====== Records ======
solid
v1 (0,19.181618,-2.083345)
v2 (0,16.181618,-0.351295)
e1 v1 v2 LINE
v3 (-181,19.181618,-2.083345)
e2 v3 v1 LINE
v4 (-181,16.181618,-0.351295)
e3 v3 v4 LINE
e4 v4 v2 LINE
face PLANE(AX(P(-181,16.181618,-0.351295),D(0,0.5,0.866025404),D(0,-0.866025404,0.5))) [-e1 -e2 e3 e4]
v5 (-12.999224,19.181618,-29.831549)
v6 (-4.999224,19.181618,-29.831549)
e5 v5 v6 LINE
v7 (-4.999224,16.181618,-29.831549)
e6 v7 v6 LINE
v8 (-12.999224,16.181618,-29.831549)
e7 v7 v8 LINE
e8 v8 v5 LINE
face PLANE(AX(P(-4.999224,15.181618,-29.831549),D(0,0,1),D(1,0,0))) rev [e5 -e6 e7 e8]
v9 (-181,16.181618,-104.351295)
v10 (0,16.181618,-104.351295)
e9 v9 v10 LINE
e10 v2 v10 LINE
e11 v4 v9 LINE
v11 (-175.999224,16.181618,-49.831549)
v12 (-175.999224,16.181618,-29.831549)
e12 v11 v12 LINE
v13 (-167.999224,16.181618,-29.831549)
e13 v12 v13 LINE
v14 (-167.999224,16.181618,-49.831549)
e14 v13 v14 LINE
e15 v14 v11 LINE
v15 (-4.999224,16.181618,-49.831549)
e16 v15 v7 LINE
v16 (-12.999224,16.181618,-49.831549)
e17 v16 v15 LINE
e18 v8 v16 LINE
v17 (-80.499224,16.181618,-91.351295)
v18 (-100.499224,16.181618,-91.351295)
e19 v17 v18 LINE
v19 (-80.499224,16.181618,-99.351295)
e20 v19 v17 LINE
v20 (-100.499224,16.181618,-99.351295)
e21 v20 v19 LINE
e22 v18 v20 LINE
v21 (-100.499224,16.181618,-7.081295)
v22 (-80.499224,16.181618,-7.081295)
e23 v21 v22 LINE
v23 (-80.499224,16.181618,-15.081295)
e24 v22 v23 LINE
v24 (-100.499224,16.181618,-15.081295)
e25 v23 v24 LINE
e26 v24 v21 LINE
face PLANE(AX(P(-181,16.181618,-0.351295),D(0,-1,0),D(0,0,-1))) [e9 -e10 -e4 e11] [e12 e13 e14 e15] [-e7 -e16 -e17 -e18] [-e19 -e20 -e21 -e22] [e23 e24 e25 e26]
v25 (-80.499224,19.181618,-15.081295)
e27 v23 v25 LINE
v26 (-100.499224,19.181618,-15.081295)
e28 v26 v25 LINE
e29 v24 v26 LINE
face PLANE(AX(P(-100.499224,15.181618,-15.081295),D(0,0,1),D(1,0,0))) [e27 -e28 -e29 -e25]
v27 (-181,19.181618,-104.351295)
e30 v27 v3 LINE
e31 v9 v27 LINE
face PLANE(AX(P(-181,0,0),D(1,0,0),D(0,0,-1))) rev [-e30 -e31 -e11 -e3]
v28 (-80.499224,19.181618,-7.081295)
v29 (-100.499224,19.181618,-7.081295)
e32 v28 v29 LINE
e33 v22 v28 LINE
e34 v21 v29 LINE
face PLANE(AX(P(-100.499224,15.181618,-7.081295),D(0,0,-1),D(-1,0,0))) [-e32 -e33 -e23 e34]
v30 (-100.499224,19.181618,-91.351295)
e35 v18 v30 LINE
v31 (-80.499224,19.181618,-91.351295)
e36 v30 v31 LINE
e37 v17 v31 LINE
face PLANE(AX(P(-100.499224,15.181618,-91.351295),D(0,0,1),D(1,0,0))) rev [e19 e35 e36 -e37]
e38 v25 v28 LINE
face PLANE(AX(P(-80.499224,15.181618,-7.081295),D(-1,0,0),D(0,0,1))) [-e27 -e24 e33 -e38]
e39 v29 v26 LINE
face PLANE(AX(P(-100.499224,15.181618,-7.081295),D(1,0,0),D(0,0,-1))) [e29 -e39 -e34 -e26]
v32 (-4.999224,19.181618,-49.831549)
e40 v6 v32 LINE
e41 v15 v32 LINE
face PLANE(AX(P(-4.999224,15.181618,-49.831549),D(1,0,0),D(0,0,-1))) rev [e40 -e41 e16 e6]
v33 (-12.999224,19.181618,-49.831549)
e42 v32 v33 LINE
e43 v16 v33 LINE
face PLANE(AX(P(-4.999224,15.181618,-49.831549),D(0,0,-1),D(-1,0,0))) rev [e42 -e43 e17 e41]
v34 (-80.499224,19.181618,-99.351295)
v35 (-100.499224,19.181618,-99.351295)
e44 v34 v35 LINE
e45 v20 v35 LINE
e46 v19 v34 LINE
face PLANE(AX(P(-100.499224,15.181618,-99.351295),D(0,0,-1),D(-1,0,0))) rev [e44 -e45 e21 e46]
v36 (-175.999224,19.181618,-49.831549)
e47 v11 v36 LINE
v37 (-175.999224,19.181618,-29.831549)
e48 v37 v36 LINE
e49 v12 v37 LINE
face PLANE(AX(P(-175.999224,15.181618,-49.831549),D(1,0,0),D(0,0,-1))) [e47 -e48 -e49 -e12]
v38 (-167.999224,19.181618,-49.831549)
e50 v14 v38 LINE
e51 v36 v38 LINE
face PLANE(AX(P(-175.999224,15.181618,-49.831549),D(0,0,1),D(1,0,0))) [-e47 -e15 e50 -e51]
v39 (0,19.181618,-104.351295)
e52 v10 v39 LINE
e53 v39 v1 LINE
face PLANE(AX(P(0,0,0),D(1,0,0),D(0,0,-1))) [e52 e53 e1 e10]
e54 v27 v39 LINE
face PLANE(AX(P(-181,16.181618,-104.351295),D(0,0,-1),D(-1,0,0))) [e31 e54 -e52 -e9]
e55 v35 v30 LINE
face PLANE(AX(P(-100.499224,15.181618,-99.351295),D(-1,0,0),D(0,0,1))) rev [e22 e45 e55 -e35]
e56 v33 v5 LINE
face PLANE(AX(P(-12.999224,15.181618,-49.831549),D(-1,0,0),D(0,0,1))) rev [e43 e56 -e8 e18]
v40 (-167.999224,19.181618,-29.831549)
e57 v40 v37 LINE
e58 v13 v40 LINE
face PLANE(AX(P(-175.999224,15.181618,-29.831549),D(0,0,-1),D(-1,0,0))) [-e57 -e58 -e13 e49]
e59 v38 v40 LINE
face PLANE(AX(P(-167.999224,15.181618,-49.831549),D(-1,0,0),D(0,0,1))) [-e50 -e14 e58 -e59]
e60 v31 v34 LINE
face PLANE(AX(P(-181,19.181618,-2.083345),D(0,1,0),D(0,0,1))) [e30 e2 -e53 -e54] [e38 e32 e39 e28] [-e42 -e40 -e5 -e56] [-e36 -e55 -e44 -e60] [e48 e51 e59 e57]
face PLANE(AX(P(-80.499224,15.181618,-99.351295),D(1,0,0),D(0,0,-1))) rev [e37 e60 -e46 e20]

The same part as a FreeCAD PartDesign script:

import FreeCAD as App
import Part
import Sketcher

V = App.Vector
Q = App.Units.Quantity

doc = App.newDocument("Part")
body = doc.addObject("PartDesign::Body", "Body")

sketch1 = body.newObject("Sketcher::SketchObject", "Sketch")
sketch1.AttachmentSupport = (doc.getObject("YZ_Plane"), [""])
sketch1.MapMode = "FlatFace"
sketch1.addGeometry([
    Part.LineSegment(V(19.2, -2.1, 0), V(16.2, -0.4, 0)),
    Part.LineSegment(V(16.2, -0.4, 0), V(16.2, -104.4, 0)),
    Part.LineSegment(V(16.2, -104.4, 0), V(19.2, -104.4, 0)),
    Part.LineSegment(V(19.2, -104.4, 0), V(19.2, -2.1, 0)),
], False)
sketch1.addConstraint([
    Sketcher.Constraint("Coincident", 0, 2, 1, 1),
    Sketcher.Constraint("Coincident", 1, 2, 2, 1),
    Sketcher.Constraint("Coincident", 2, 2, 3, 1),
    Sketcher.Constraint("Coincident", 3, 2, 0, 1),
    Sketcher.Constraint("Vertical", 1),
    Sketcher.Constraint("Horizontal", 2),
    Sketcher.Constraint("Vertical", 3),
    Sketcher.Constraint("DistanceX", 2, 1, 2, 2, 3.0),
    Sketcher.Constraint("DistanceY", 1, 2, 1, 1, 104.0),
    Sketcher.Constraint("Angle", 0, Q("150 deg")),
    Sketcher.Constraint("DistanceX", -1, 1, 0, 2, 16.181618),
    Sketcher.Constraint("DistanceY", 0, 2, -1, 1, 0.351295),
])
pad1 = body.newObject("PartDesign::Pad", "Pad")
pad1.Profile = sketch1
pad1.Length = 181
pad1.Reversed = True

sketch2 = body.newObject("Sketcher::SketchObject", "Sketch001")
sketch2.AttachmentSupport = (doc.getObject("XZ_Plane"), [""])
sketch2.MapMode = "FlatFace"
sketch2.AttachmentOffset = App.Placement(V(0, 0, -19.181618), App.Rotation())
sketch2.addGeometry([
    Part.LineSegment(V(-100, -99, 0), V(-100, -91, 0)),
    Part.LineSegment(V(-100, -91, 0), V(-80, -91, 0)),
    Part.LineSegment(V(-80, -91, 0), V(-80, -99, 0)),
    Part.LineSegment(V(-80, -99, 0), V(-100, -99, 0)),
    Part.LineSegment(V(-13, -50, 0), V(-13, -30, 0)),
    Part.LineSegment(V(-13, -30, 0), V(-5, -30, 0)),
    Part.LineSegment(V(-5, -30, 0), V(-5, -50, 0)),
    Part.LineSegment(V(-5, -50, 0), V(-13, -50, 0)),
], False)
sketch2.addConstraint([
    Sketcher.Constraint("Coincident", 0, 2, 1, 1),
    Sketcher.Constraint("Coincident", 1, 2, 2, 1),
    Sketcher.Constraint("Coincident", 2, 2, 3, 1),
    Sketcher.Constraint("Coincident", 3, 2, 0, 1),
    Sketcher.Constraint("Coincident", 4, 2, 5, 1),
    Sketcher.Constraint("Coincident", 5, 2, 6, 1),
    Sketcher.Constraint("Coincident", 6, 2, 7, 1),
    Sketcher.Constraint("Coincident", 7, 2, 4, 1),
    Sketcher.Constraint("Vertical", 0),
    Sketcher.Constraint("Horizontal", 1),
    Sketcher.Constraint("Vertical", 2),
    Sketcher.Constraint("Horizontal", 3),
    Sketcher.Constraint("Vertical", 4),
    Sketcher.Constraint("Horizontal", 5),
    Sketcher.Constraint("Vertical", 6),
    Sketcher.Constraint("Horizontal", 7),
    Sketcher.Constraint("Equal", 7, 0),
    Sketcher.Constraint("Equal", 3, 4),
    Sketcher.Constraint("DistanceX", 1, 1, 1, 2, 20.0),
    Sketcher.Constraint("DistanceX", 5, 1, 5, 2, 8.0),
    Sketcher.Constraint("DistanceX", 1, 2, 4, 2, 67.5),
    Sketcher.Constraint("DistanceY", 4, 2, -1, 1, 29.831549),
    Sketcher.Constraint("DistanceX", 0, 2, -1, 1, 100.499224),
    Sketcher.Constraint("DistanceY", 0, 2, -1, 1, 91.351295),
])
pocket1 = body.newObject("PartDesign::Pocket", "Pocket")
pocket1.Profile = sketch2
pocket1.Length = 4
pocket1.Reversed = True
doc.recompute()

datumplane = body.newObject("PartDesign::Plane", "DatumPlane")
datumplane.AttachmentSupport = (doc.getObject("YZ_Plane"), [""])
datumplane.MapMode = "FlatFace"
datumplane.AttachmentOffset = App.Placement(V(0, 0, -90.499224), App.Rotation())
mirrored = body.newObject("PartDesign::Mirrored", "Mirrored")
mirrored.Originals = [pocket1]
mirrored.MirrorPlane = (datumplane, [""])
body.Tip = mirrored
doc.recompute()

datumplane2 = body.newObject("PartDesign::Plane", "DatumPlane001")
datumplane2.AttachmentSupport = (doc.getObject("XY_Plane"), [""])
datumplane2.MapMode = "FlatFace"
datumplane2.AttachmentOffset = App.Placement(V(0, 0, -53.216295), App.Rotation())
mirrored2 = body.newObject("PartDesign::Mirrored", "Mirrored001")
mirrored2.Originals = [pocket1]
mirrored2.MirrorPlane = (datumplane2, [""])
body.Tip = mirrored2

sketch3 = body.newObject("Sketcher::SketchObject", "Sketch002")
sketch3.AttachmentSupport = (doc.getObject("XZ_Plane"), [""])
sketch3.MapMode = "FlatFace"
sketch3.AttachmentOffset = App.Placement(V(0, 0, -19.181618), App.Rotation())
sketch3.addGeometry([
    Part.LineSegment(V(-17, -78, 0), V(-17, -56, 0)),
    Part.LineSegment(V(-17, -56, 0), V(-5, -56, 0)),
    Part.LineSegment(V(-5, -56, 0), V(-5, -78, 0)),
    Part.LineSegment(V(-5, -78, 0), V(-17, -78, 0)),
], False)
sketch3.addConstraint([
    Sketcher.Constraint("Coincident", 0, 2, 1, 1),
    Sketcher.Constraint("Coincident", 1, 2, 2, 1),
    Sketcher.Constraint("Coincident", 2, 2, 3, 1),
    Sketcher.Constraint("Coincident", 3, 2, 0, 1),
    Sketcher.Constraint("Vertical", 0),
    Sketcher.Constraint("Horizontal", 1),
    Sketcher.Constraint("Vertical", 2),
    Sketcher.Constraint("Horizontal", 3),
    Sketcher.Constraint("DistanceY", 0, 2, -1, 1, 55.606999),
    Sketcher.Constraint("DistanceX", 1, 1, 1, 2, 11.68427),
    Sketcher.Constraint("DistanceY", 0, 1, 0, 2, 21.95466),
    Sketcher.Constraint("DistanceX", 0, 2, -1, 1, 16.683494),
])
pad2 = body.newObject("PartDesign::Pad", "Pad001")
pad2.Profile = sketch3
pad2.Length = 3

doc.recompute()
======
▸ Aim of the exercise
Find "v30 (-100.499224,19.181618,-91.351295)" in the entries above and copy that whole line exactly, then each line after it through the line that contains "e54 v27 v39 LINE".

▸ Exercise output
v30 (-100.499224,19.181618,-91.351295)
e35 v18 v30 LINE
v31 (-80.499224,19.181618,-91.351295)
e36 v30 v31 LINE
e37 v17 v31 LINE
face PLANE(AX(P(-100.499224,15.181618,-91.351295),D(0,0,1),D(1,0,0))) rev [e19 e35 e36 -e37]
e38 v25 v28 LINE
face PLANE(AX(P(-80.499224,15.181618,-7.081295),D(-1,0,0),D(0,0,1))) [-e27 -e24 e33 -e38]
e39 v29 v26 LINE
face PLANE(AX(P(-100.499224,15.181618,-7.081295),D(1,0,0),D(0,0,-1))) [e29 -e39 -e34 -e26]
v32 (-4.999224,19.181618,-49.831549)
e40 v6 v32 LINE
e41 v15 v32 LINE
face PLANE(AX(P(-4.999224,15.181618,-49.831549),D(1,0,0),D(0,0,-1))) rev [e40 -e41 e16 e6]
v33 (-12.999224,19.181618,-49.831549)
e42 v32 v33 LINE
e43 v16 v33 LINE
face PLANE(AX(P(-4.999224,15.181618,-49.831549),D(0,0,-1),D(-1,0,0))) rev [e42 -e43 e17 e41]
v34 (-80.499224,19.181618,-99.351295)
v35 (-100.499224,19.181618,-99.351295)
e44 v34 v35 LINE
e45 v20 v35 LINE
e46 v19 v34 LINE
face PLANE(AX(P(-100.499224,15.181618,-99.351295),D(0,0,-1),D(-1,0,0))) rev [e44 -e45 e21 e46]
v36 (-175.999224,19.181618,-49.831549)
e47 v11 v36 LINE
v37 (-175.999224,19.181618,-29.831549)
e48 v37 v36 LINE
e49 v12 v37 LINE
face PLANE(AX(P(-175.999224,15.181618,-49.831549),D(1,0,0),D(0,0,-1))) [e47 -e48 -e49 -e12]
v38 (-167.999224,19.181618,-49.831549)
e50 v14 v38 LINE
e51 v36 v38 LINE
face PLANE(AX(P(-175.999224,15.181618,-49.831549),D(0,0,1),D(1,0,0))) [-e47 -e15 e50 -e51]
v39 (0,19.181618,-104.351295)
e52 v10 v39 LINE
e53 v39 v1 LINE
face PLANE(AX(P(0,0,0),D(1,0,0),D(0,0,-1))) [e52 e53 e1 e10]
e54 v27 v39 LINE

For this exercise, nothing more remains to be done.